Retype, word for word, each line between the lines holding "f 101 102 104" and "f 117 116 44", inclusive, and leave the rest of the data alone.

>>

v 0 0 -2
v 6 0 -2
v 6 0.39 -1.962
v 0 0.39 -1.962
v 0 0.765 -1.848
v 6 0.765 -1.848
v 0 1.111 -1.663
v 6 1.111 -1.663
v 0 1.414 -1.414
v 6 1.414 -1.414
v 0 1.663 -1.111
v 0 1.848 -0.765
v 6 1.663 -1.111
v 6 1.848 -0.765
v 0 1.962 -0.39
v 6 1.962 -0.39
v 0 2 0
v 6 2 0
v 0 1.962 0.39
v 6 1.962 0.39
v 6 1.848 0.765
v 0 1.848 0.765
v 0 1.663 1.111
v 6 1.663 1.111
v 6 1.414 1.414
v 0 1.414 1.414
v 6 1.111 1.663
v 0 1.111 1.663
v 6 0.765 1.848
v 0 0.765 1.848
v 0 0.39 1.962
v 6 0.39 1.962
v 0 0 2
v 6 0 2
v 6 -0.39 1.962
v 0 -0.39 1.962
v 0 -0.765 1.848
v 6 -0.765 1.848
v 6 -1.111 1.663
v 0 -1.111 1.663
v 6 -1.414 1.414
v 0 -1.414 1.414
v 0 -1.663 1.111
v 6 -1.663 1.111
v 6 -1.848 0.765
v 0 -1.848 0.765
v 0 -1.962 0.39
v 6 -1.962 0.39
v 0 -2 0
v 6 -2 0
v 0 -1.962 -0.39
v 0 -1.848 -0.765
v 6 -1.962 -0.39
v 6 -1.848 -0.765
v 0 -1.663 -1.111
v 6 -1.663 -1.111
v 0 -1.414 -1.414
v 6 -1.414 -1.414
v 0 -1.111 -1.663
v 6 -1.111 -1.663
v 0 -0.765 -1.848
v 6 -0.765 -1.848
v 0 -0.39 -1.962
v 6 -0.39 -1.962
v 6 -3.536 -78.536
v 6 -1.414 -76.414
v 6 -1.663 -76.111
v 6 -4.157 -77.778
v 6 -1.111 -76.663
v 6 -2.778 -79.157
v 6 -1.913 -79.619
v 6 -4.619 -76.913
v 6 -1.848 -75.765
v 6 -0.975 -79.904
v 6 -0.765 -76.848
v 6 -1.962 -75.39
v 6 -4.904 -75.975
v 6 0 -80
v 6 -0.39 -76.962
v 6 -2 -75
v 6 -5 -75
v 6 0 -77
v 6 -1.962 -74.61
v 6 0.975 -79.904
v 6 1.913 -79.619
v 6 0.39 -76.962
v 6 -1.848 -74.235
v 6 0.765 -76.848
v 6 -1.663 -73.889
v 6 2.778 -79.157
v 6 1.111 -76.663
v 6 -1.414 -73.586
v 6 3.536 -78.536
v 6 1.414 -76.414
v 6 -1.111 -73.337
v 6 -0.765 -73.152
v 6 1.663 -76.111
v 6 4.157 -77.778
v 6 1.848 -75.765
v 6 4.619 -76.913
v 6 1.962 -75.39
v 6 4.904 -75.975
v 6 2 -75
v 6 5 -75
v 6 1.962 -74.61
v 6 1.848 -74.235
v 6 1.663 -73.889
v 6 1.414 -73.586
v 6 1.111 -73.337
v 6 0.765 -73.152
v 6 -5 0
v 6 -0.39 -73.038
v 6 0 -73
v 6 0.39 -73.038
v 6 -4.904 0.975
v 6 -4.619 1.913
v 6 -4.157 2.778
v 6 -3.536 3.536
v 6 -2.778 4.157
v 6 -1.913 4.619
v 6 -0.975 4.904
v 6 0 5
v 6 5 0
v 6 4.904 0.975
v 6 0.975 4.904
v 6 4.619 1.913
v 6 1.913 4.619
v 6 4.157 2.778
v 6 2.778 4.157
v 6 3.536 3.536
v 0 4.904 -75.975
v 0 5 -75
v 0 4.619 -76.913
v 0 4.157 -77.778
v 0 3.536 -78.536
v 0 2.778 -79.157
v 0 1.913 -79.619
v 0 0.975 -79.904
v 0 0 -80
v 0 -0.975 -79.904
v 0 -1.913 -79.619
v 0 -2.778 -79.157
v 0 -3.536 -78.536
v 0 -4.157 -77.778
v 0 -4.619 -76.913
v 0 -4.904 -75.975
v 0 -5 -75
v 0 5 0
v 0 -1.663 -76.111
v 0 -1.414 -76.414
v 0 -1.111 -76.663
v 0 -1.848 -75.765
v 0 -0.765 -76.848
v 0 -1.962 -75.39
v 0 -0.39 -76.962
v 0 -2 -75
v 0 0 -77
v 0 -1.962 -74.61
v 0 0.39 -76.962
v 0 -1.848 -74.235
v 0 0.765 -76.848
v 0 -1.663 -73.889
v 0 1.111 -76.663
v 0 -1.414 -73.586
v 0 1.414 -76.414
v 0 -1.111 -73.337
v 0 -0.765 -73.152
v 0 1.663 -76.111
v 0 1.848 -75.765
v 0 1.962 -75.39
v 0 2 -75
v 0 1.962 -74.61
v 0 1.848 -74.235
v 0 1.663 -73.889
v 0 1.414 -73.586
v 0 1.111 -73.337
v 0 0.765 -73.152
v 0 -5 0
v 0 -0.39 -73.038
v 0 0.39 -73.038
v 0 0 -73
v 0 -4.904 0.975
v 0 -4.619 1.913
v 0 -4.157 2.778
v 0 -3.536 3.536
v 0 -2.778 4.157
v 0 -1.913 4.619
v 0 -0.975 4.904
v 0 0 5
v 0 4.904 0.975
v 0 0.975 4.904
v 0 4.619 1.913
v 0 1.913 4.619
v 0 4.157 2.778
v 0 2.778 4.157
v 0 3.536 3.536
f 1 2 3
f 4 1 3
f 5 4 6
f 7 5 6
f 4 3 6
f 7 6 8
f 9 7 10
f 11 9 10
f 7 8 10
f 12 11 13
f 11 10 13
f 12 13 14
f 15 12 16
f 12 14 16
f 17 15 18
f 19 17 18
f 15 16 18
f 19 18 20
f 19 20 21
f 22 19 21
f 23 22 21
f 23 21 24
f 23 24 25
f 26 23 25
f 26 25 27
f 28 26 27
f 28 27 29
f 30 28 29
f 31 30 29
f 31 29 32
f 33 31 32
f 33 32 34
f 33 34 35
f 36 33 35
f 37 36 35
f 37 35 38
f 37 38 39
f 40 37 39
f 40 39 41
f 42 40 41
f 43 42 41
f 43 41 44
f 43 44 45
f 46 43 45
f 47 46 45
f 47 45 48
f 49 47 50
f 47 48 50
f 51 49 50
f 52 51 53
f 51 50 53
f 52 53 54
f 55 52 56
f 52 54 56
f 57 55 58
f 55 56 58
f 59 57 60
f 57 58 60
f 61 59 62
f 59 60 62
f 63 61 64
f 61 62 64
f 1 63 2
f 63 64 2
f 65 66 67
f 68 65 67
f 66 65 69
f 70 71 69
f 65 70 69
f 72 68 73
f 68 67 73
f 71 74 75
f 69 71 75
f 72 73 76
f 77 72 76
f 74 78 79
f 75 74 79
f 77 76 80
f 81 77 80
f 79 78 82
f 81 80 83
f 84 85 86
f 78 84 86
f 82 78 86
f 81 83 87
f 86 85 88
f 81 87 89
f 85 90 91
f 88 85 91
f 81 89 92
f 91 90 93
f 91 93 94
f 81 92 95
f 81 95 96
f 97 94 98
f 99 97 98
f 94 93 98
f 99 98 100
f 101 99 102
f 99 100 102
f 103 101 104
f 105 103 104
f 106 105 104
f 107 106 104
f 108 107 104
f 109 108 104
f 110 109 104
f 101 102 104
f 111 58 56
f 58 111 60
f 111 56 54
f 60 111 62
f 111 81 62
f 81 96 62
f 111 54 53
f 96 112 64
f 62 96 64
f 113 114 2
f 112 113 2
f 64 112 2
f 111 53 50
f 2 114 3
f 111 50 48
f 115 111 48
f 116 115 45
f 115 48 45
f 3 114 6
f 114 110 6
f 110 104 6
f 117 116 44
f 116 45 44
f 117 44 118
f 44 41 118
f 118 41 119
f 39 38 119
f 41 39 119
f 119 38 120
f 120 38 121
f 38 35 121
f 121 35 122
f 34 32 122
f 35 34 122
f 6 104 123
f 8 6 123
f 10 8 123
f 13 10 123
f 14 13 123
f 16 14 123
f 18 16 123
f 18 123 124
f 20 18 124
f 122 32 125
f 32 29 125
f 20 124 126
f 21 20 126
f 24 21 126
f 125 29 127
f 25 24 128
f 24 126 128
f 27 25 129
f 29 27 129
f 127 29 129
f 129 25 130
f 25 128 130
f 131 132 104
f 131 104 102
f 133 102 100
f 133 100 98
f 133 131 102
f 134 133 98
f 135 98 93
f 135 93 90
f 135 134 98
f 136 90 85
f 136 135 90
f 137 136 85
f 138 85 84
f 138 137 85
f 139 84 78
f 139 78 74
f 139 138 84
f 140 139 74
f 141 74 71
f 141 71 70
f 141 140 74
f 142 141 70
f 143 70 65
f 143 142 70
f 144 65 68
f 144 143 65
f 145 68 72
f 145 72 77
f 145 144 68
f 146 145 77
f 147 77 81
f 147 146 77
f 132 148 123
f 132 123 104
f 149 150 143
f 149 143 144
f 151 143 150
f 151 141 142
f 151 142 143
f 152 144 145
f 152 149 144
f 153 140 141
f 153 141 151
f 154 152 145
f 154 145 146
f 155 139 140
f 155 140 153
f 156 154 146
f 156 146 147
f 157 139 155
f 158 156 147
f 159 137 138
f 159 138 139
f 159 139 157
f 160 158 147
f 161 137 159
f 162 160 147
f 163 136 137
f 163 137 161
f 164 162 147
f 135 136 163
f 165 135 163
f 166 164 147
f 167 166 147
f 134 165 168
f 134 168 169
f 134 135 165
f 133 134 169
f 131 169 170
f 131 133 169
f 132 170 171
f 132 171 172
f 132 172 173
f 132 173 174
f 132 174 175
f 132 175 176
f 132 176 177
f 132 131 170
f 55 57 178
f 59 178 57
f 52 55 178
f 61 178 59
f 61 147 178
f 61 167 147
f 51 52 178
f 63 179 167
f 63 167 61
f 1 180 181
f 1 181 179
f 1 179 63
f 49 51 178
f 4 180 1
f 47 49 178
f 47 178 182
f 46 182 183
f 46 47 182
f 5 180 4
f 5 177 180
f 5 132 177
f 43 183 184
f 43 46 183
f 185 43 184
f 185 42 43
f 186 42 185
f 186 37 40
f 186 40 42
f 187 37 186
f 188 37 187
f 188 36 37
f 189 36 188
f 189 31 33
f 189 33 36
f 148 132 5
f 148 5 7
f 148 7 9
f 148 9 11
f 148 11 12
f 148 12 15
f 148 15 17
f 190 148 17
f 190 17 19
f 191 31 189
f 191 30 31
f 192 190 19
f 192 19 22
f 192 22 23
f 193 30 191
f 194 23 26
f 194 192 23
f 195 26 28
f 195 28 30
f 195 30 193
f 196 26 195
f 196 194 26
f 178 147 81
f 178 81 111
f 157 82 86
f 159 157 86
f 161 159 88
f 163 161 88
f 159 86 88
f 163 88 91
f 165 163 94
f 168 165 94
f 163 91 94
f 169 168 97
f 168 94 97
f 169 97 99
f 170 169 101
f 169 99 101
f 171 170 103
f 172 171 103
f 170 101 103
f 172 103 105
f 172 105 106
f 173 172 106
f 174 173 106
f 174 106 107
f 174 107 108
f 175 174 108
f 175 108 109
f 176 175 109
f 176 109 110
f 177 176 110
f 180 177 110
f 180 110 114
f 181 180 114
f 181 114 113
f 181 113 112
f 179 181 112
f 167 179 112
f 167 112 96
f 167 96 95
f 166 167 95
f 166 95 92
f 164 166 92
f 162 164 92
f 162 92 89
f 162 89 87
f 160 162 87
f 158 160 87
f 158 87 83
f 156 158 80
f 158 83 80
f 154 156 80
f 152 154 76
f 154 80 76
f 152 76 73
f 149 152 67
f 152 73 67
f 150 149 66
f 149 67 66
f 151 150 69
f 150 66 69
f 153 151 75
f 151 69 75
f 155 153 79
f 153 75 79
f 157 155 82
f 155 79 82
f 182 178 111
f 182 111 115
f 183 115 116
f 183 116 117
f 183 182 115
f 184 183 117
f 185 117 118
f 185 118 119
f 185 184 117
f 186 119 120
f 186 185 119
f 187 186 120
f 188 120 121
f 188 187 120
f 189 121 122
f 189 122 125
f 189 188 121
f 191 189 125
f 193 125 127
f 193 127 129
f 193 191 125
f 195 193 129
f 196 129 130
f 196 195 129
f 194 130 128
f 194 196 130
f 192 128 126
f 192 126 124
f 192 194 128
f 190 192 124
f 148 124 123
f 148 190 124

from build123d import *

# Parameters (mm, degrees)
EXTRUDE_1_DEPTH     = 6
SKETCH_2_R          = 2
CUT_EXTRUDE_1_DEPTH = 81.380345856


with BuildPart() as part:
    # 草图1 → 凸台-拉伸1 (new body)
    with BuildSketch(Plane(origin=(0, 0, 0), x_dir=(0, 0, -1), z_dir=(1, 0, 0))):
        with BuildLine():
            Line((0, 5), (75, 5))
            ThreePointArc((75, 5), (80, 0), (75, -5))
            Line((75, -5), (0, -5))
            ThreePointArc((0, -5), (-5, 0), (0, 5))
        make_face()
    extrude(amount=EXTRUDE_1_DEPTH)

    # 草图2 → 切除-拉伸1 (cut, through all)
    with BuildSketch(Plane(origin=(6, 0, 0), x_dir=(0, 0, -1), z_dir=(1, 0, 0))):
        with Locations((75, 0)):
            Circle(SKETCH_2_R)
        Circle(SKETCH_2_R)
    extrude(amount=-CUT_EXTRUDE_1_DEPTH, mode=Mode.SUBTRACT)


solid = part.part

<<
>>

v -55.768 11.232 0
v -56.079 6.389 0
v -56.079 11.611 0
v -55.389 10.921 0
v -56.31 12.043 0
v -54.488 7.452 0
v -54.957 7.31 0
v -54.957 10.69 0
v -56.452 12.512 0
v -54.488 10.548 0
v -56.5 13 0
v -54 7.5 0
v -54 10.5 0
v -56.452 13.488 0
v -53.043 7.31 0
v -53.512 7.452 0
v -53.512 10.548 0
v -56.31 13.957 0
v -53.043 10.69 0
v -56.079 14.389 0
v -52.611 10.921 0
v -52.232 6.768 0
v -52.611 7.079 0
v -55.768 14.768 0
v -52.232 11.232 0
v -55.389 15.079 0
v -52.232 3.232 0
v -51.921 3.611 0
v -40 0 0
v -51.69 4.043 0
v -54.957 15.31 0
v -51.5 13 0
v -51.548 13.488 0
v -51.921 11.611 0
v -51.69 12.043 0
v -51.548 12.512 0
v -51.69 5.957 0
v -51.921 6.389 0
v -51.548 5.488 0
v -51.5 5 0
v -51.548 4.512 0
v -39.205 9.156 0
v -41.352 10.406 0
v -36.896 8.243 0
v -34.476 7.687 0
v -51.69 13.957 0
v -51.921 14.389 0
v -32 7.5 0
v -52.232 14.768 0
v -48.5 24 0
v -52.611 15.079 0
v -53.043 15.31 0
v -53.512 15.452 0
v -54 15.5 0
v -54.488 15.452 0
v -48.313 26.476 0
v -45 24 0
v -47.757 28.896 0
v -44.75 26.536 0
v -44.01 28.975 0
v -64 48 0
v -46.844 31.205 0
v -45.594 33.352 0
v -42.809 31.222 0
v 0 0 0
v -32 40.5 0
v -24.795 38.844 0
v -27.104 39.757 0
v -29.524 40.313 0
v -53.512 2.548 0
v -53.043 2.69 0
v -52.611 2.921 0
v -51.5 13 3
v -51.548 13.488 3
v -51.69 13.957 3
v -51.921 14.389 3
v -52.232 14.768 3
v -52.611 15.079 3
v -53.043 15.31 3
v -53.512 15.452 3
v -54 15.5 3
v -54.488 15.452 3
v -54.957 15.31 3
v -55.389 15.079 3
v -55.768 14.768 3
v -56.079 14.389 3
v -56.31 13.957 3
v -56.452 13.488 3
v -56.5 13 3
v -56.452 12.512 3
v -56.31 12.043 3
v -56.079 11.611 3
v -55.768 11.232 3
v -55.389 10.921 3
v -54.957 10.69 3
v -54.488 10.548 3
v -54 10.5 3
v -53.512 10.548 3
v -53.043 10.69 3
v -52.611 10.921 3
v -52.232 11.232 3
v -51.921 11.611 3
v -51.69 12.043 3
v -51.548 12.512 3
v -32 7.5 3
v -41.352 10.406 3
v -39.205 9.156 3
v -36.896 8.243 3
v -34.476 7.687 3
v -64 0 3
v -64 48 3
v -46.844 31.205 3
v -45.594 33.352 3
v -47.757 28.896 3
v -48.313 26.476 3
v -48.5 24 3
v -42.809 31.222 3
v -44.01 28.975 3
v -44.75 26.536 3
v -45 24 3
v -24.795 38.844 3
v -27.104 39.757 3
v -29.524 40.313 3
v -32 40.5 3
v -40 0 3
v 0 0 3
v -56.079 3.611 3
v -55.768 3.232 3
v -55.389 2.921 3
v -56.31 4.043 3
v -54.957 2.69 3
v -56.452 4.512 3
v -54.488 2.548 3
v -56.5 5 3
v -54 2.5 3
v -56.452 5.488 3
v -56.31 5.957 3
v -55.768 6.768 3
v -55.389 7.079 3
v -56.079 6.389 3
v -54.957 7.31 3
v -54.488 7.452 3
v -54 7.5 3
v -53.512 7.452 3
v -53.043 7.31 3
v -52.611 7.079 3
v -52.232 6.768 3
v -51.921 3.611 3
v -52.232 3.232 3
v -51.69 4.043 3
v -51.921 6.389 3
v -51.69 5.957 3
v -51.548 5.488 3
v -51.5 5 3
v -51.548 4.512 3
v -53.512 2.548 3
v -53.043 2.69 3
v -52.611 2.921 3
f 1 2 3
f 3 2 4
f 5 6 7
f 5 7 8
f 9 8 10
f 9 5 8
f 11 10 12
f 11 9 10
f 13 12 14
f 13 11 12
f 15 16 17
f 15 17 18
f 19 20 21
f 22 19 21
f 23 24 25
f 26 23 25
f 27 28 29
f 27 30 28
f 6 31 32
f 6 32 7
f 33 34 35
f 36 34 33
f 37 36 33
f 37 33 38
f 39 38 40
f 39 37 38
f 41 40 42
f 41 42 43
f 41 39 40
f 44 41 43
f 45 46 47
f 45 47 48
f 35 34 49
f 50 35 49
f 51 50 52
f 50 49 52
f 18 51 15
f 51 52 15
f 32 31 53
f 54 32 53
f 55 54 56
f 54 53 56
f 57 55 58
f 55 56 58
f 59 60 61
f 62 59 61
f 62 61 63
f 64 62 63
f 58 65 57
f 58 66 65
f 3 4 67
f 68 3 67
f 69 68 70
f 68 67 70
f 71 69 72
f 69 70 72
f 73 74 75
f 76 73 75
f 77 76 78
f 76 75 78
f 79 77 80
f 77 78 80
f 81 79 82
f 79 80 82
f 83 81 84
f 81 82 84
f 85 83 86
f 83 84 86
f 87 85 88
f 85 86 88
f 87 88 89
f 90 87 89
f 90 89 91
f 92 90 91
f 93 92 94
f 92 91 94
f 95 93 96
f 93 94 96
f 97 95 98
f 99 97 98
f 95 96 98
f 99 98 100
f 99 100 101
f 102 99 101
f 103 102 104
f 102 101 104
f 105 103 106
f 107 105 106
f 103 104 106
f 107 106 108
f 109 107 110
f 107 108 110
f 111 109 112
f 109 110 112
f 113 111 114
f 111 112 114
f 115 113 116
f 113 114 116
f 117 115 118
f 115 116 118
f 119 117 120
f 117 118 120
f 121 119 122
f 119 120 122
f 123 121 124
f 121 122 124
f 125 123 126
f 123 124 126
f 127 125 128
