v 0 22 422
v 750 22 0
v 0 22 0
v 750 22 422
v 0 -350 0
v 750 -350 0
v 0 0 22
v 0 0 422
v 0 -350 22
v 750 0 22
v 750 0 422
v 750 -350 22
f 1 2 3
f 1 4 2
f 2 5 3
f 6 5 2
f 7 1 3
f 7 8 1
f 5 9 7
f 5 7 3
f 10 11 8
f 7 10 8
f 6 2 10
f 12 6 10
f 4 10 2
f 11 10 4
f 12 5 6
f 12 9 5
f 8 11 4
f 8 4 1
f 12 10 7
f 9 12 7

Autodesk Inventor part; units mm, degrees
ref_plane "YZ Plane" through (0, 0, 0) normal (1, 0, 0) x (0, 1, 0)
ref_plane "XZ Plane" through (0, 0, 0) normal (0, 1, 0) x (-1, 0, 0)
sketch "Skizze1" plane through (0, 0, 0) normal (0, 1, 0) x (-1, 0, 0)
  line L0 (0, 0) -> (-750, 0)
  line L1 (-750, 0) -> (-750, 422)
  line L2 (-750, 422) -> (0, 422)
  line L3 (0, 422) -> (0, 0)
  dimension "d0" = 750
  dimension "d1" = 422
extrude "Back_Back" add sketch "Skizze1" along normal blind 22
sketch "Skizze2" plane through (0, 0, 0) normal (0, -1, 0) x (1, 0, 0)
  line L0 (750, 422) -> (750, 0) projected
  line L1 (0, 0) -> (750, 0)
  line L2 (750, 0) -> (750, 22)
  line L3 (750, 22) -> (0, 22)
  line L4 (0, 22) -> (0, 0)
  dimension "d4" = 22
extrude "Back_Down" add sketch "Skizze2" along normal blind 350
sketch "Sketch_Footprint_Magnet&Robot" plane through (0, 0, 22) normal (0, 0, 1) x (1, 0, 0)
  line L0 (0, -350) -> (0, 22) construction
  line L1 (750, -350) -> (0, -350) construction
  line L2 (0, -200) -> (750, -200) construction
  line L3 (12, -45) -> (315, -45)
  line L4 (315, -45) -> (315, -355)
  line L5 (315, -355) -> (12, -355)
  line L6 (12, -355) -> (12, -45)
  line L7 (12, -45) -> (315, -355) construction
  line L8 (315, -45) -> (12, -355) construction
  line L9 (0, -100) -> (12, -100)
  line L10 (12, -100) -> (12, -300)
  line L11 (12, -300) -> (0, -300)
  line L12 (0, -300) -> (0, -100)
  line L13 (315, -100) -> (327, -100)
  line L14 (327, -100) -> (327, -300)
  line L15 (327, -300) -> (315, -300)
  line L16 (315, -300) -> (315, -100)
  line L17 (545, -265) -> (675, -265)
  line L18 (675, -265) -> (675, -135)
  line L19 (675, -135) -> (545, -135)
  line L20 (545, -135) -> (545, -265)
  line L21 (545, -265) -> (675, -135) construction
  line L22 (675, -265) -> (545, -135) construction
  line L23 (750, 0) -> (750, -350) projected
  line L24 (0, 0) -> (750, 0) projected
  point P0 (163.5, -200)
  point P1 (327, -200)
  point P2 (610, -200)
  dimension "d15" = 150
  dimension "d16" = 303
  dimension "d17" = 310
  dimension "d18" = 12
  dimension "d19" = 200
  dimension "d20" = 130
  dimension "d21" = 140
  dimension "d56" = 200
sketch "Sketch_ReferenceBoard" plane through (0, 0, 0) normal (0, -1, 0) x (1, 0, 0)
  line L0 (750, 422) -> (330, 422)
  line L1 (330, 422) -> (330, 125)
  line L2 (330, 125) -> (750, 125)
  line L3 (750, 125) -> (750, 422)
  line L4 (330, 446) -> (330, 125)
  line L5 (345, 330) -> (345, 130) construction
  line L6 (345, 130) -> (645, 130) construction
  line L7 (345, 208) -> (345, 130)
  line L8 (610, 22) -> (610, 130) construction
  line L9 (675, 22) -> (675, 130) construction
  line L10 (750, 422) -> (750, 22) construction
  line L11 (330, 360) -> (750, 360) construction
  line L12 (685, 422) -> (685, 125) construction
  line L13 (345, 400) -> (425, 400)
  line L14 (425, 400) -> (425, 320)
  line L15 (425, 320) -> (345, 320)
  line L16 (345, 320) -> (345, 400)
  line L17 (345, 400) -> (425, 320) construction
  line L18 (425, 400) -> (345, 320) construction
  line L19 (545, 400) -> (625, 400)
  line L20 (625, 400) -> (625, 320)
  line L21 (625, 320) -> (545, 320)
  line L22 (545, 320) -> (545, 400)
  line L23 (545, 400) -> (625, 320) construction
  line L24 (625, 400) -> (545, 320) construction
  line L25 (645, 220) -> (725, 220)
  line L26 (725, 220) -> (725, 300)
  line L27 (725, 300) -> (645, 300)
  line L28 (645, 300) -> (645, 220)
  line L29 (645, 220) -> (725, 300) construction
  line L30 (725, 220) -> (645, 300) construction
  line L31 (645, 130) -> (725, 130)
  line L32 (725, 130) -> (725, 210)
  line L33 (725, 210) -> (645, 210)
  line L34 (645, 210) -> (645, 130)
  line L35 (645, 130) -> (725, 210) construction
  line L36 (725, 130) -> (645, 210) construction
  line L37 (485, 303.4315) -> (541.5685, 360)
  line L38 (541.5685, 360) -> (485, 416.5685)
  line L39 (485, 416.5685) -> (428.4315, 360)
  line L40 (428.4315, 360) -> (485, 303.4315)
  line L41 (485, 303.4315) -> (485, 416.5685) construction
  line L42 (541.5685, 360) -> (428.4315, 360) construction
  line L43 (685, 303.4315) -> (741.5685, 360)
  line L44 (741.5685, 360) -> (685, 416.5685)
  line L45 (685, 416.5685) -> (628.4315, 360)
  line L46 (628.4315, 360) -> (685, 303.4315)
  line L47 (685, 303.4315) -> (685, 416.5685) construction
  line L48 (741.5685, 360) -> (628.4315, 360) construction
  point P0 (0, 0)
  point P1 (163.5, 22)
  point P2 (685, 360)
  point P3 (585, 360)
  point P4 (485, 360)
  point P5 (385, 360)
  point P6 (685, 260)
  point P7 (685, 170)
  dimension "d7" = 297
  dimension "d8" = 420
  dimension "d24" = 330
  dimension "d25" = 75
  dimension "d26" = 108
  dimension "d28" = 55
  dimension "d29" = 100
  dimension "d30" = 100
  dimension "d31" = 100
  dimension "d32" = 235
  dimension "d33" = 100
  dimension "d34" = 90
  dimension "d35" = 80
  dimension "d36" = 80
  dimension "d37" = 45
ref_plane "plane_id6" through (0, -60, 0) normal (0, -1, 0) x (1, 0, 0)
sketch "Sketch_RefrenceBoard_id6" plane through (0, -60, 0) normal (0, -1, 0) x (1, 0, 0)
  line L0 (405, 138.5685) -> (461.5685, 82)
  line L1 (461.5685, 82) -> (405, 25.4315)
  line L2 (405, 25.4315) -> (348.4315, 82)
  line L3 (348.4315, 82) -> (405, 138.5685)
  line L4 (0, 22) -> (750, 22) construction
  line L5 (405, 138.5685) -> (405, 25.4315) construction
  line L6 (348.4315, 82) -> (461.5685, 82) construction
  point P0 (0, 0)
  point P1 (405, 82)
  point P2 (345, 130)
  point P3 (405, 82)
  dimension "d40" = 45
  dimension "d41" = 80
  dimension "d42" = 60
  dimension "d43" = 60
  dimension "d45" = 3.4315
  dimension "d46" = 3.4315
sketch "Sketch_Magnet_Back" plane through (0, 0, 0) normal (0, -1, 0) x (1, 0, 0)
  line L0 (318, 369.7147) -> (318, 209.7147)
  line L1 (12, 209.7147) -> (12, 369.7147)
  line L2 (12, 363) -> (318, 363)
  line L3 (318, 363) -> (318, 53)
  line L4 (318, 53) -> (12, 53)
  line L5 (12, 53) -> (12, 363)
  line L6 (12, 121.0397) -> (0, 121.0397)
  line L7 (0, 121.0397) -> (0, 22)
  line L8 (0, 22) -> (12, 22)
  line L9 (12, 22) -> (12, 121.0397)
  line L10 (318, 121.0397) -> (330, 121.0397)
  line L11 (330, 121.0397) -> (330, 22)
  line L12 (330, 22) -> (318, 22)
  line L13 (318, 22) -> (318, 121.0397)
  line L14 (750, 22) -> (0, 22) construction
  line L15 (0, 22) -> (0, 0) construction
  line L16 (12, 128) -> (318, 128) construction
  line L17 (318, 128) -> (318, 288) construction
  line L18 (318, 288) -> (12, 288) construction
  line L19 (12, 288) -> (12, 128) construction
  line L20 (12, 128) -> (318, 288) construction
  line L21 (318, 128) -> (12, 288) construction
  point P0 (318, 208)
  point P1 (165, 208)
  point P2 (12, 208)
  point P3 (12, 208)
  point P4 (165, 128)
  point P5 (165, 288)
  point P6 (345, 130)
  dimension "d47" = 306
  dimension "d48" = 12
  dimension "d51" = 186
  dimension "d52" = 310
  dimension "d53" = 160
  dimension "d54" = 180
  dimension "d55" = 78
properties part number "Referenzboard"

<<

▶ [Response below]:
f 101 102 104
f 111 58 56
f 58 111 60
f 111 56 54
f 60 111 62
f 111 81 62
f 81 96 62
f 111 54 53
f 96 112 64
f 62 96 64
f 113 114 2
f 112 113 2
f 64 112 2
f 111 53 50
f 2 114 3
f 111 50 48
f 115 111 48
f 116 115 45
f 115 48 45
f 3 114 6
f 114 110 6
f 110 104 6
f 117 116 44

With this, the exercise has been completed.